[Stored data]
>>

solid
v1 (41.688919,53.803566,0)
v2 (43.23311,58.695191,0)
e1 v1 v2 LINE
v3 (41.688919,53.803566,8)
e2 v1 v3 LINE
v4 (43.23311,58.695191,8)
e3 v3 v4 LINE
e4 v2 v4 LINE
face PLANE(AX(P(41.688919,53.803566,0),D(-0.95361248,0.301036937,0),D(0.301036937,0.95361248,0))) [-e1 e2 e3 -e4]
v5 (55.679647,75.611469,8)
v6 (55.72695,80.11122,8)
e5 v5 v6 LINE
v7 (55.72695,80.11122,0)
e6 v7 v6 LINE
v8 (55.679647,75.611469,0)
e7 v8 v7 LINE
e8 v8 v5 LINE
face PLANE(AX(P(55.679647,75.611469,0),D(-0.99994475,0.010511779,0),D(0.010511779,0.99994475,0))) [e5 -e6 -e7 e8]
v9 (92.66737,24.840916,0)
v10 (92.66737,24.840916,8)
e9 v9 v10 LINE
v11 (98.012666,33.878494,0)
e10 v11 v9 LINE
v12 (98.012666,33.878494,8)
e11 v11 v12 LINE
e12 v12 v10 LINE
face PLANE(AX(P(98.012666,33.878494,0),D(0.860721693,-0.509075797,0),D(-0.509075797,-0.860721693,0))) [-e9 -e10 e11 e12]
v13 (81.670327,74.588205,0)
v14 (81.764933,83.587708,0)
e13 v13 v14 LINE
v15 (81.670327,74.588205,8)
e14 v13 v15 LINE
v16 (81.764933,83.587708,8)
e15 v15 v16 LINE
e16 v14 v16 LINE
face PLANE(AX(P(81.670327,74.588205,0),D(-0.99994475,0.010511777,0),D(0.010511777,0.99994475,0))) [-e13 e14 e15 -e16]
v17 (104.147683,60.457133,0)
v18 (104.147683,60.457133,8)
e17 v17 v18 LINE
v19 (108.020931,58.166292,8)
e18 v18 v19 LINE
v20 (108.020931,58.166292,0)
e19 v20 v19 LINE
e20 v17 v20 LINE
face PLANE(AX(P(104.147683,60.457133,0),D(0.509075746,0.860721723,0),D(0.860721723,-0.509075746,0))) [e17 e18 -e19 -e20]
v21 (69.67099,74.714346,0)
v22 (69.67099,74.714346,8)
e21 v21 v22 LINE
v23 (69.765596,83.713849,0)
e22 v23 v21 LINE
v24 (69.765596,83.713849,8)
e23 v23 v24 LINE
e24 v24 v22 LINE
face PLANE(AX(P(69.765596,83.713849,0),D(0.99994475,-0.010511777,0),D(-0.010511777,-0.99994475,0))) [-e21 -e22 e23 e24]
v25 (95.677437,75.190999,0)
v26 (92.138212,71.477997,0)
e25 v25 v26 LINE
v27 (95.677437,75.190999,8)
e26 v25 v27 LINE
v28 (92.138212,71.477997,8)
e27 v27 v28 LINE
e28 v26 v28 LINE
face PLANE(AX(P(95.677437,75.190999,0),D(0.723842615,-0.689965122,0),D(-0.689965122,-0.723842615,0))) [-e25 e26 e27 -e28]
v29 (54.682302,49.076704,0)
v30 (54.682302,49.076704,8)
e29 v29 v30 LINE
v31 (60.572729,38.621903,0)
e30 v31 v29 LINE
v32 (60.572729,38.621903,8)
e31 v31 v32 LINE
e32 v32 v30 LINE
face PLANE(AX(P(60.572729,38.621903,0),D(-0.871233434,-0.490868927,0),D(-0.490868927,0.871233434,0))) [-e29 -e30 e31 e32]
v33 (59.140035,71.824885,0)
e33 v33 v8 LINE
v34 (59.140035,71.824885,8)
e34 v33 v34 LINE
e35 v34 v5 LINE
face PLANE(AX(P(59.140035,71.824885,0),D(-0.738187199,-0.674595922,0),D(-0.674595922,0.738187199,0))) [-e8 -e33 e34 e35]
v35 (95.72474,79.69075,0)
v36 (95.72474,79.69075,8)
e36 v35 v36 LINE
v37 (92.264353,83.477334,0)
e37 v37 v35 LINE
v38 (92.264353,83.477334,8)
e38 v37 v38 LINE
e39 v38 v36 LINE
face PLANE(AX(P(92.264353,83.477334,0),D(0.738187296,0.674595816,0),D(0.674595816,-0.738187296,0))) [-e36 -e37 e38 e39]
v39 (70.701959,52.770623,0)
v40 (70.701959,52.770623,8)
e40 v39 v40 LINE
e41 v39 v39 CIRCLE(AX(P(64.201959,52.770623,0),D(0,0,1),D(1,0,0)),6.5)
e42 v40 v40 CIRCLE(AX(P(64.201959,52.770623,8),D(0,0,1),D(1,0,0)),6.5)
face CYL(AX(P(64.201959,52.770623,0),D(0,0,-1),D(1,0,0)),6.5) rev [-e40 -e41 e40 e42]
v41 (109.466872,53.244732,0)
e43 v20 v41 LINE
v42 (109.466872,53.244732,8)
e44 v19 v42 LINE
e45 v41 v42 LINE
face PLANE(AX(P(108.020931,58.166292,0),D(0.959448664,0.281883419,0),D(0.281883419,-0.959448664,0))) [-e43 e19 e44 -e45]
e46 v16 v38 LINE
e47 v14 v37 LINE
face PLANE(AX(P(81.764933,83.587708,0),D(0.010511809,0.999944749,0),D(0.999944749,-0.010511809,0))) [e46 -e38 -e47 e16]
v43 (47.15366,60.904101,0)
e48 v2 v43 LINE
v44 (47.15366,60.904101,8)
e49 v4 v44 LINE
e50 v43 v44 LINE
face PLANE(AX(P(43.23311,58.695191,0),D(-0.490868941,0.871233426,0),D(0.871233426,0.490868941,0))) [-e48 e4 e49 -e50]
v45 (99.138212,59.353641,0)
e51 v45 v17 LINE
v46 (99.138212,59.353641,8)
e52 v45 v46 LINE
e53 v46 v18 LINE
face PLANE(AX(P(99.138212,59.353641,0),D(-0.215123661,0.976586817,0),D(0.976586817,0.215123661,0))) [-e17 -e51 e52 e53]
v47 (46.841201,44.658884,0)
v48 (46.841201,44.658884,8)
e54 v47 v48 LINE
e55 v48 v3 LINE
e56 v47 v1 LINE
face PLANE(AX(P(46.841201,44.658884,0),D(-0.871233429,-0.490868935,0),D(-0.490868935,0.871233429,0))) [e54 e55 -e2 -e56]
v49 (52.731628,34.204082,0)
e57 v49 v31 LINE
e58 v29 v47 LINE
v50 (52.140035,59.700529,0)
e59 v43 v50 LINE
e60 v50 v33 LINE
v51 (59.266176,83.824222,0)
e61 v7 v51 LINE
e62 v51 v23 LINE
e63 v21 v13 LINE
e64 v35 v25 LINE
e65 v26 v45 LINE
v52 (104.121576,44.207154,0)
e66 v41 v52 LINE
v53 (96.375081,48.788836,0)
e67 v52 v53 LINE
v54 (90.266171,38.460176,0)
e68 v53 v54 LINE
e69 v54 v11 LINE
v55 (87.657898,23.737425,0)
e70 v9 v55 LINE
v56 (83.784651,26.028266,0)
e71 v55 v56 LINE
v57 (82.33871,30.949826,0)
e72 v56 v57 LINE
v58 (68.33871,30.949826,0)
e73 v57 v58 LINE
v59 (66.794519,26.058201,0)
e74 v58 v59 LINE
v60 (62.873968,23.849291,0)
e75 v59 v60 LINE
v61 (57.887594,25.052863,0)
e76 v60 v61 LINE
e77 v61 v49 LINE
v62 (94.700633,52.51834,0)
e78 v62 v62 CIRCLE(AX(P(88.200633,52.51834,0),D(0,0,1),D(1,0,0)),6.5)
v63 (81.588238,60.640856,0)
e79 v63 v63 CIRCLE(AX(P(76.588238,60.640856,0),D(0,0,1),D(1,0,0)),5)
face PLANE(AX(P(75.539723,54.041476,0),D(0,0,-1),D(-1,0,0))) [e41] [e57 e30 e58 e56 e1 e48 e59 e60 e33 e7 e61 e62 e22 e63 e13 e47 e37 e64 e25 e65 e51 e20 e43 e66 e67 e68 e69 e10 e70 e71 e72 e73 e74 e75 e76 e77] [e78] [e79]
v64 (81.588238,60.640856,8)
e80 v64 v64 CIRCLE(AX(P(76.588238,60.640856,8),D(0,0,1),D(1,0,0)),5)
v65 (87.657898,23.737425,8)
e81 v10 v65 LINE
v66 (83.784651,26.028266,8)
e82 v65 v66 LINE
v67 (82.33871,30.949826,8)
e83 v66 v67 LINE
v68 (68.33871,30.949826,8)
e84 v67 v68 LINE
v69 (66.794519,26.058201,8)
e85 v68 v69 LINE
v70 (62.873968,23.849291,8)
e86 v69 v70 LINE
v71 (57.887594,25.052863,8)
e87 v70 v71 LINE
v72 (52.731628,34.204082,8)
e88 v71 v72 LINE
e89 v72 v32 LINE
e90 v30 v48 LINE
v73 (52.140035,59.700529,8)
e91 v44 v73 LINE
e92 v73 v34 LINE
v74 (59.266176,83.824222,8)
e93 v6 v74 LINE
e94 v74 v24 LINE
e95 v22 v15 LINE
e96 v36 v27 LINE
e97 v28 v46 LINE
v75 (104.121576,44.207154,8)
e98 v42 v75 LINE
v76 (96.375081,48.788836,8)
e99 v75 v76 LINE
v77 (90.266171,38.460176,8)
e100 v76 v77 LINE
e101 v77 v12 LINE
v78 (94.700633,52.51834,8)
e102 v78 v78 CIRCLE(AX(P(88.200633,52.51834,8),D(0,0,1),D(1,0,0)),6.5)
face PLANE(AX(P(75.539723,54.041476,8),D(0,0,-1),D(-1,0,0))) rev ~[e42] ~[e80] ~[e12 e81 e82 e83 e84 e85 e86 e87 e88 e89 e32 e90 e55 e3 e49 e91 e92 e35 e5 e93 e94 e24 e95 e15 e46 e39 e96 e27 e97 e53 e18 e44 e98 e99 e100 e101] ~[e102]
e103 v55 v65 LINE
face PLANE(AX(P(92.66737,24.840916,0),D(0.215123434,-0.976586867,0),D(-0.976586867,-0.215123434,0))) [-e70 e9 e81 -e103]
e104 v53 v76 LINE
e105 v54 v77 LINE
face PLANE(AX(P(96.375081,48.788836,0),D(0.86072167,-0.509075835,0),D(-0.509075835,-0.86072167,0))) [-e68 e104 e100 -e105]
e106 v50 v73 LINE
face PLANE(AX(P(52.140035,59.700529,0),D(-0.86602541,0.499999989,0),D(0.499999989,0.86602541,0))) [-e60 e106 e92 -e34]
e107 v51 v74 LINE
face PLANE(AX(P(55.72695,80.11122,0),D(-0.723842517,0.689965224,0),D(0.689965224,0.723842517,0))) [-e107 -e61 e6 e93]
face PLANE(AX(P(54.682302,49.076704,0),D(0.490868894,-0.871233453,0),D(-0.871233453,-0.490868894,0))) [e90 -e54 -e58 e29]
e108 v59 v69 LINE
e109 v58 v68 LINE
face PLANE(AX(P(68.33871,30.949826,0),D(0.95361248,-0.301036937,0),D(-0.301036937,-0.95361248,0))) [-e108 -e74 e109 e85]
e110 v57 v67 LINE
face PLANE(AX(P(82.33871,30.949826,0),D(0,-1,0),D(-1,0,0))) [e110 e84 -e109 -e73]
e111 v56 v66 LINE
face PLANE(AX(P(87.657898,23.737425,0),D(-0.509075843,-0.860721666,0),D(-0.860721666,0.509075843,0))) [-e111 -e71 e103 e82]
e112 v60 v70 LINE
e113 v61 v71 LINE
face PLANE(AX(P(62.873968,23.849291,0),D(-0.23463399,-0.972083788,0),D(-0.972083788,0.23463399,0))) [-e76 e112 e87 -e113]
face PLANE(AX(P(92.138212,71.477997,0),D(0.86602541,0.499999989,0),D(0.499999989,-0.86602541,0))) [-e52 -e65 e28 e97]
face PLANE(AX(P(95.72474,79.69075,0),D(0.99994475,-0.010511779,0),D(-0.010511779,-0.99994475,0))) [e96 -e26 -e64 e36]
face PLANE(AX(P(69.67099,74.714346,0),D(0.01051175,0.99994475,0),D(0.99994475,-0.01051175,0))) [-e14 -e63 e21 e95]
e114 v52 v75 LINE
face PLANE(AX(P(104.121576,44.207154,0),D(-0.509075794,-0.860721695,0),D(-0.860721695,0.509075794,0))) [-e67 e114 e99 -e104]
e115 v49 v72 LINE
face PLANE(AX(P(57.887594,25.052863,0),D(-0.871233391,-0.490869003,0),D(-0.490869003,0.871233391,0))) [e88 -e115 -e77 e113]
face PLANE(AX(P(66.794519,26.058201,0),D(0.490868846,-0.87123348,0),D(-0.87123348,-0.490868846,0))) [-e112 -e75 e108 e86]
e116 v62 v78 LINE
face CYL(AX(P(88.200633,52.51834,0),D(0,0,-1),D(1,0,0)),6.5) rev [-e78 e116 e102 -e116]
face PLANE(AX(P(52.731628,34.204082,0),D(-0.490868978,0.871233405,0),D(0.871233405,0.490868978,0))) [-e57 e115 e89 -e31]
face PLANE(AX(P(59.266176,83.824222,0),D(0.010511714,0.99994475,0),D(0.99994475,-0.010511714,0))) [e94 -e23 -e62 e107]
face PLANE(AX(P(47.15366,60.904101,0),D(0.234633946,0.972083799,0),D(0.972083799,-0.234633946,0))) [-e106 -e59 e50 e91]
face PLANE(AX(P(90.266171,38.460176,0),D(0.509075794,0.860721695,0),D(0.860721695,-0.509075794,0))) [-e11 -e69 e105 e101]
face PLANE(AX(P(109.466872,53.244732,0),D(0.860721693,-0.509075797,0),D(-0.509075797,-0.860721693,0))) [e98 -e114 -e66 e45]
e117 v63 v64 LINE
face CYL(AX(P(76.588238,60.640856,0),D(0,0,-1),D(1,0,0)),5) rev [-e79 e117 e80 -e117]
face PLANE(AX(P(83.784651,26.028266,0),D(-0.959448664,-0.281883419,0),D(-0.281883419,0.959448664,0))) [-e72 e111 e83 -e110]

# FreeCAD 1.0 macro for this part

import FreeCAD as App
import Part
import Sketcher
from FreeCAD import Vector
Q = App.Units.Quantity


def add_polygon(sketch, points):
    """Adds a closed chain of lines whose ends are joined by coincident constraints."""
    first, n = sketch.GeometryCount, len(points)
    for a, b in zip(points, points[1:] + points[:1]):
        sketch.addGeometry(Part.LineSegment(App.Vector(*a, 0), App.Vector(*b, 0)), False)
    for i in range(n):
        sketch.addConstraint(Sketcher.Constraint("Coincident", first + i, 2, first + (i + 1) % n, 1))

doc = App.newDocument("Part")
params = doc.addObject("Spreadsheet::Sheet", "Params")
for row, (alias, value) in enumerate([
    ("sketch1_diameter", "13 mm"),
    ("sketch1_diameter2", "10 mm"),
    ("sketch1_width", "14 mm"),
    ("sketch1_length", "14 mm"),
    ("sketch1_length2", "9 mm"),
    ("pad1_length", "8 mm"),
], start=1):
    params.set(f"A{row}", alias)
    params.set(f"B{row}", "=" + value)
    params.setAlias(f"B{row}", alias)

body = doc.addObject("PartDesign::Body", "Body")

# Sketch on XY plane
sketch1 = body.newObject("Sketcher::SketchObject", "Sketch")
sketch1.AttachmentSupport = (doc.getObject("XY_Plane"), [""])
sketch1.MapMode = "FlatFace"
add_polygon(sketch1, [(99.1, 59.4), (92.1, 71.5), (95.7, 75.2), (95.7, 79.7), (92.3, 83.5), (81.8, 83.6), (81.7, 74.6), (69.7, 74.7), (69.8, 83.7), (59.3, 83.8), (55.7, 80.1), (55.7, 75.6), (59.1, 71.8), (52.1, 59.7), (47.2, 60.9), (43.2, 58.7), (41.7, 53.8), (46.8, 44.7), (54.7, 49.1), (60.6, 38.6), (52.7, 34.2), (57.9, 25.1), (62.9, 23.8), (66.8, 26.1), (68.3, 30.9), (82.3, 30.9), (83.8, 26), (87.7, 23.7), (92.7, 24.8), (98, 33.9), (90.3, 38.5), (96.4, 48.8), (104.1, 44.2), (109.5, 53.2), (108, 58.2), (104.1, 60.5)])  # lines 0-35
sketch1.addGeometry(Part.Circle(Vector(88.2, 52.5, 0), Vector(0, 0, 1), 6.5), False)  # 36
sketch1.addGeometry(Part.Circle(Vector(64.2, 52.8, 0), Vector(0, 0, 1), 6.5), False)  # 37
sketch1.addGeometry(Part.Circle(Vector(76.6, 60.6, 0), Vector(0, 0, 1), 5), False)  # 38
sketch1.addConstraint(Sketcher.Constraint("Horizontal", 24))
sketch1.addConstraint(Sketcher.Constraint("Equal", 36, 37))
sketch1.addConstraint(Sketcher.Constraint("Perpendicular", 2, 4))
sketch1.addConstraint(Sketcher.Constraint("Perpendicular", 4, 5))
sketch1.addConstraint(Sketcher.Constraint("Perpendicular", 5, 6))
sketch1.addConstraint(Sketcher.Constraint("Perpendicular", 6, 7))
sketch1.addConstraint(Sketcher.Constraint("Perpendicular", 7, 8))
sketch1.addConstraint(Sketcher.Constraint("Parallel", 1, 9))
sketch1.addConstraint(Sketcher.Constraint("Perpendicular", 8, 10))
sketch1.addConstraint(Sketcher.Constraint("Parallel", 3, 11))
sketch1.addConstraint(Sketcher.Constraint("Perpendicular", 14, 16))
sketch1.addConstraint(Sketcher.Constraint("Perpendicular", 16, 17))
sketch1.addConstraint(Sketcher.Constraint("Perpendicular", 17, 18))
sketch1.addConstraint(Sketcher.Constraint("Perpendicular", 18, 19))
sketch1.addConstraint(Sketcher.Constraint("Perpendicular", 19, 20))
sketch1.addConstraint(Sketcher.Constraint("Parallel", 13, 21))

<<

● Exercise brief
Among the records above, only the lines between the line holding "[-e1 e2 e3 -e4]" and the line holding "e12 v12 v10 LINE", inclusive, are to be output, exactly as written.

● Result
face PLANE(AX(P(41.688919,53.803566,0),D(-0.95361248,0.301036937,0),D(0.301036937,0.95361248,0))) [-e1 e2 e3 -e4]
v5 (55.679647,75.611469,8)
v6 (55.72695,80.11122,8)
e5 v5 v6 LINE
v7 (55.72695,80.11122,0)
e6 v7 v6 LINE
v8 (55.679647,75.611469,0)
e7 v8 v7 LINE
e8 v8 v5 LINE
face PLANE(AX(P(55.679647,75.611469,0),D(-0.99994475,0.010511779,0),D(0.010511779,0.99994475,0))) [e5 -e6 -e7 e8]
v9 (92.66737,24.840916,0)
v10 (92.66737,24.840916,8)
e9 v9 v10 LINE
v11 (98.012666,33.878494,0)
e10 v11 v9 LINE
v12 (98.012666,33.878494,8)
e11 v11 v12 LINE
e12 v12 v10 LINE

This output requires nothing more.